- Try it: Print, in exact form, the lines below from the one containing "36), (5.356071321, 31.75))" through the one containing "The same part", and omit all others.

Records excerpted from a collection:
______________________________
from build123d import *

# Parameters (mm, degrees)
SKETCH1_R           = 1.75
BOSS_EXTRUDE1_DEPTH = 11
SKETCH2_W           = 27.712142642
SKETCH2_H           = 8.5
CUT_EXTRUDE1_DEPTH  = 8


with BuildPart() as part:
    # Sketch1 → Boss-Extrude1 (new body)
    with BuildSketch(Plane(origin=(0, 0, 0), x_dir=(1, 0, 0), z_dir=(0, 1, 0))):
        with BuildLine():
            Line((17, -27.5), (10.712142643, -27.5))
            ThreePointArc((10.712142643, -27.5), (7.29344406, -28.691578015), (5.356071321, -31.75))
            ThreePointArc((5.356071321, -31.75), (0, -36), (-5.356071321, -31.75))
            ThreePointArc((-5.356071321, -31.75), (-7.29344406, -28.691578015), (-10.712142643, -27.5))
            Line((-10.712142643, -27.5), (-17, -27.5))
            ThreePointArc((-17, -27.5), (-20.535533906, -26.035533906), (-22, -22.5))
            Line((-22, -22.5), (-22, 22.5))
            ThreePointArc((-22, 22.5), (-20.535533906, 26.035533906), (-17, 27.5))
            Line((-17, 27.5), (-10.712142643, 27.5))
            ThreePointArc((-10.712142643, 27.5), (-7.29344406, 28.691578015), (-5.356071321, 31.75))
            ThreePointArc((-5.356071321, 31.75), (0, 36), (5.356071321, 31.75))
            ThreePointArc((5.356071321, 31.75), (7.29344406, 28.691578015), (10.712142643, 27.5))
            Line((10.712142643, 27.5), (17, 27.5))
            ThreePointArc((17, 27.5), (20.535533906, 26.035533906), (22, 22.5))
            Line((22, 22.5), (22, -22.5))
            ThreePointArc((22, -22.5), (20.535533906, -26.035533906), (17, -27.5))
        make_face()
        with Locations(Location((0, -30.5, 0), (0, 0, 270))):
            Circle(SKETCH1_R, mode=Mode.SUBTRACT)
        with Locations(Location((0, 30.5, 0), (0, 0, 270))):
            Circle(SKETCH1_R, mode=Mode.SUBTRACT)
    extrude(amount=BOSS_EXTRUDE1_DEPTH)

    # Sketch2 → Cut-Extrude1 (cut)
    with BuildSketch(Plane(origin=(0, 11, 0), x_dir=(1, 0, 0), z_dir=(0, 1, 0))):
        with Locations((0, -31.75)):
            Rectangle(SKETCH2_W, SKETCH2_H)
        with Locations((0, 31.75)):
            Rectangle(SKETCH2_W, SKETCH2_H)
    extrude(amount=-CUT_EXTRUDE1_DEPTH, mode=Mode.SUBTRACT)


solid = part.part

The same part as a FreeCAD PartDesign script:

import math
import FreeCAD as App
import Part
import Sketcher

V = App.Vector

doc = App.newDocument("Part")
body = doc.addObject("PartDesign::Body", "Body")

# Sketch on XZ plane
sketch1 = body.newObject("Sketcher::SketchObject", "Sketch")
sketch1.AttachmentSupport = (doc.getObject("XZ_Plane"), [""])
sketch1.MapMode = "FlatFace"
sketch1.addGeometry([
    Part.LineSegment(V(10.712143, 27.5, 0), V(17, 27.5, 0)),  # 0
    Part.ArcOfCircle(Part.Circle(V(17, 22.5, 0), V(0, 0, 1), 5), math.radians(0), math.radians(90)),  # 1
    Part.LineSegment(V(22, 22.5, 0), V(22, -22.5, 0)),  # 2
    Part.ArcOfCircle(Part.Circle(V(17, -22.5, 0), V(0, 0, 1), 5), math.radians(-90), math.radians(0)),  # 3
    Part.LineSegment(V(17, -27.5, 0), V(10.712143, -27.5, 0)),  # 4
    Part.ArcOfCircle(Part.Circle(V(10.712143, -33, 0), V(0, 0, 1), 5.5), math.radians(90), math.radians(166.863441)),  # 5
    Part.ArcOfCircle(Part.Circle(V(0, -30.5, 0), V(0, 0, 1), 5.5), math.radians(-166.863441), math.radians(-13.136559)),  # 6
    Part.ArcOfCircle(Part.Circle(V(-10.712143, -33, 0), V(0, 0, 1), 5.5), math.radians(13.136559), math.radians(90)),  # 7
    Part.LineSegment(V(-10.712143, -27.5, 0), V(-17, -27.5, 0)),  # 8
    Part.ArcOfCircle(Part.Circle(V(-17, -22.5, 0), V(0, 0, 1), 5), math.radians(180), math.radians(270)),  # 9
    Part.LineSegment(V(-22, -22.5, 0), V(-22, 22.5, 0)),  # 10
    Part.ArcOfCircle(Part.Circle(V(-17, 22.5, 0), V(0, 0, 1), 5), math.radians(90), math.radians(180)),  # 11
    Part.LineSegment(V(-17, 27.5, 0), V(-10.712143, 27.5, 0)),  # 12
    Part.ArcOfCircle(Part.Circle(V(-10.712143, 33, 0), V(0, 0, 1), 5.5), math.radians(-90), math.radians(-13.136559)),  # 13
    Part.ArcOfCircle(Part.Circle(V(0, 30.5, 0), V(0, 0, 1), 5.5), math.radians(13.136559), math.radians(166.863441)),  # 14
    Part.ArcOfCircle(Part.Circle(V(10.712143, 33, 0), V(0, 0, 1), 5.5), math.radians(-166.863441), math.radians(-90)),  # 15
    Part.Circle(V(0, 30.5, 0), V(0, 0, 1), 1.75),  # 16
    Part.Circle(V(0, -30.5, 0), V(0, 0, 1), 1.75),  # 17
], False)
sketch1.addConstraint([
    Sketcher.Constraint("Tangent", 0, 2, 1, 2),
    Sketcher.Constraint("Tangent", 1, 1, 2, 1),
    Sketcher.Constraint("Tangent", 2, 2, 3, 2),
    Sketcher.Constraint("Tangent", 3, 1, 4, 1),
    Sketcher.Constraint("Tangent", 4, 2, 5, 1),
    Sketcher.Constraint("Tangent", 5, 2, 6, 2),
    Sketcher.Constraint("Tangent", 6, 1, 7, 1),
    Sketcher.Constraint("Tangent", 7, 2, 8, 1),
    Sketcher.Constraint("Tangent", 8, 2, 9, 2),
    Sketcher.Constraint("Tangent", 9, 1, 10, 1),
    Sketcher.Constraint("Tangent", 10, 2, 11, 2),
    Sketcher.Constraint("Tangent", 11, 1, 12, 1),
    Sketcher.Constraint("Tangent", 12, 2, 13, 1),
    Sketcher.Constraint("Tangent", 13, 2, 14, 2),
    Sketcher.Constraint("Tangent", 14, 1, 15, 1),
    Sketcher.Constraint("Tangent", 15, 2, 0, 1),
    Sketcher.Constraint("Horizontal", 0),
    Sketcher.Constraint("Vertical", 2),
    Sketcher.Constraint("Horizontal", 4),
    Sketcher.Constraint("Horizontal", 8),
    Sketcher.Constraint("Vertical", 10),
    Sketcher.Constraint("Horizontal", 12),
    Sketcher.Constraint("Coincident", 16, 3, 14, 3),
    Sketcher.Constraint("Coincident", 17, 3, 6, 3),
    Sketcher.Constraint("Equal", 1, 3),
    Sketcher.Constraint("Equal", 5, 6),
    Sketcher.Constraint("Equal", 6, 7),
    Sketcher.Constraint("Equal", 3, 9),
    Sketcher.Constraint("Equal", 9, 11),
    Sketcher.Constraint("Equal", 7, 13),
    Sketcher.Constraint("Equal", 13, 14),
    Sketcher.Constraint("Equal", 14, 15),
    Sketcher.Constraint("Equal", 16, 17),
    Sketcher.Constraint("Symmetric", 1, 3, 9, 3, -1, 1),
    Sketcher.Constraint("Symmetric", 5, 3, 13, 3, -1, 1),
    Sketcher.Constraint("Symmetric", 5, 3, 7, 3, -2),
    Sketcher.Constraint("PointOnObject", 14, 3, -2),
    Sketcher.Constraint("Radius", 1, 5.0),
    Sketcher.Constraint("Diameter", 16, 3.5),
    Sketcher.Constraint("Radius", 5, 5.5),
    Sketcher.Constraint("DistanceY", 2, 2, 2, 1, 45.0),
    Sketcher.Constraint("DistanceX", -1, 1, 1, 3, 17.0),
    Sketcher.Constraint("DistanceY", 6, 3, 3, 3, 8.0),
])
pad1 = body.newObject("PartDesign::Pad", "Pad")
pad1.Profile = sketch1
pad1.Length = 11
pad1.Reversed = True

# Sketch on XZ plane
sketch2 = body.newObject("Sketcher::SketchObject", "Sketch001")
sketch2.AttachmentSupport = (doc.getObject("XZ_Plane"), [""])
sketch2.MapMode = "FlatFace"
sketch2.AttachmentOffset = App.Placement(V(0, 0, -11), App.Rotation())
sketch2.addGeometry([
    Part.LineSegment(V(-13.856071, 27.5, 0), V(-13.856071, 36, 0)),  # 0
    Part.LineSegment(V(-13.856071, 36, 0), V(13.856071, 36, 0)),  # 1
    Part.LineSegment(V(13.856071, 36, 0), V(13.856071, 27.5, 0)),  # 2
    Part.LineSegment(V(13.856071, 27.5, 0), V(-13.856071, 27.5, 0)),  # 3
    Part.LineSegment(V(-13.856071, -36, 0), V(-13.856071, -27.5, 0)),  # 4
    Part.LineSegment(V(-13.856071, -27.5, 0), V(13.856071, -27.5, 0)),  # 5
    Part.LineSegment(V(13.856071, -27.5, 0), V(13.856071, -36, 0)),  # 6
    Part.LineSegment(V(13.856071, -36, 0), V(-13.856071, -36, 0)),  # 7
], False)
sketch2.addConstraint([
    Sketcher.Constraint("Coincident", 0, 2, 1, 1),
    Sketcher.Constraint("Coincident", 1, 2, 2, 1),
    Sketcher.Constraint("Coincident", 2, 2, 3, 1),
    Sketcher.Constraint("Coincident", 3, 2, 0, 1),
    Sketcher.Constraint("Coincident", 4, 2, 5, 1),
    Sketcher.Constraint("Coincident", 5, 2, 6, 1),
    Sketcher.Constraint("Coincident", 6, 2, 7, 1),
    Sketcher.Constraint("Coincident", 7, 2, 4, 1),
    Sketcher.Constraint("Vertical", 0),
    Sketcher.Constraint("Horizontal", 1),
    Sketcher.Constraint("Vertical", 2),
    Sketcher.Constraint("Horizontal", 3),
    Sketcher.Constraint("Vertical", 4),
    Sketcher.Constraint("Horizontal", 5),
    Sketcher.Constraint("Vertical", 6),
    Sketcher.Constraint("Horizontal", 7),
    Sketcher.Constraint("Symmetric", 2, 2, 4, 2, -1, 1),
    Sketcher.Constraint("Symmetric", 0, 2, 6, 2, -1, 1),
    Sketcher.Constraint("Vertical", 3, 2, 4, 2),
    Sketcher.Constraint("DistanceY", 0, 1, 0, 2, 8.5),
    Sketcher.Constraint("DistanceY", -1, 1, 0, 2, 36.0),
    Sketcher.Constraint("DistanceX", 1, 1, 1, 2, 27.712143),
])
pocket1 = body.newObject("PartDesign::Pocket", "Pocket")
pocket1.Profile = sketch2
pocket1.Length = 8
pocket1.Reversed = True

doc.recompute()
______________________________
- Expected output:
            ThreePointArc((-5.356071321, 31.75), (0, 36), (5.356071321, 31.75))
            ThreePointArc((5.356071321, 31.75), (7.29344406, 28.691578015), (10.712142643, 27.5))
            Line((10.712142643, 27.5), (17, 27.5))
            ThreePointArc((17, 27.5), (20.535533906, 26.035533906), (22, 22.5))
            Line((22, 22.5), (22, -22.5))
            ThreePointArc((22, -22.5), (20.535533906, -26.035533906), (17, -27.5))
        make_face()
        with Locations(Location((0, -30.5, 0), (0, 0, 270))):
            Circle(SKETCH1_R, mode=Mode.SUBTRACT)
        with Locations(Location((0, 30.5, 0), (0, 0, 270))):
            Circle(SKETCH1_R, mode=Mode.SUBTRACT)
    extrude(amount=BOSS_EXTRUDE1_DEPTH)

    # Sketch2 → Cut-Extrude1 (cut)
    with BuildSketch(Plane(origin=(0, 11, 0), x_dir=(1, 0, 0), z_dir=(0, 1, 0))):
        with Locations((0, -31.75)):
            Rectangle(SKETCH2_W, SKETCH2_H)
        with Locations((0, 31.75)):
            Rectangle(SKETCH2_W, SKETCH2_H)
    extrude(amount=-CUT_EXTRUDE1_DEPTH, mode=Mode.SUBTRACT)


solid = part.part

The same part as a FreeCAD PartDesign script:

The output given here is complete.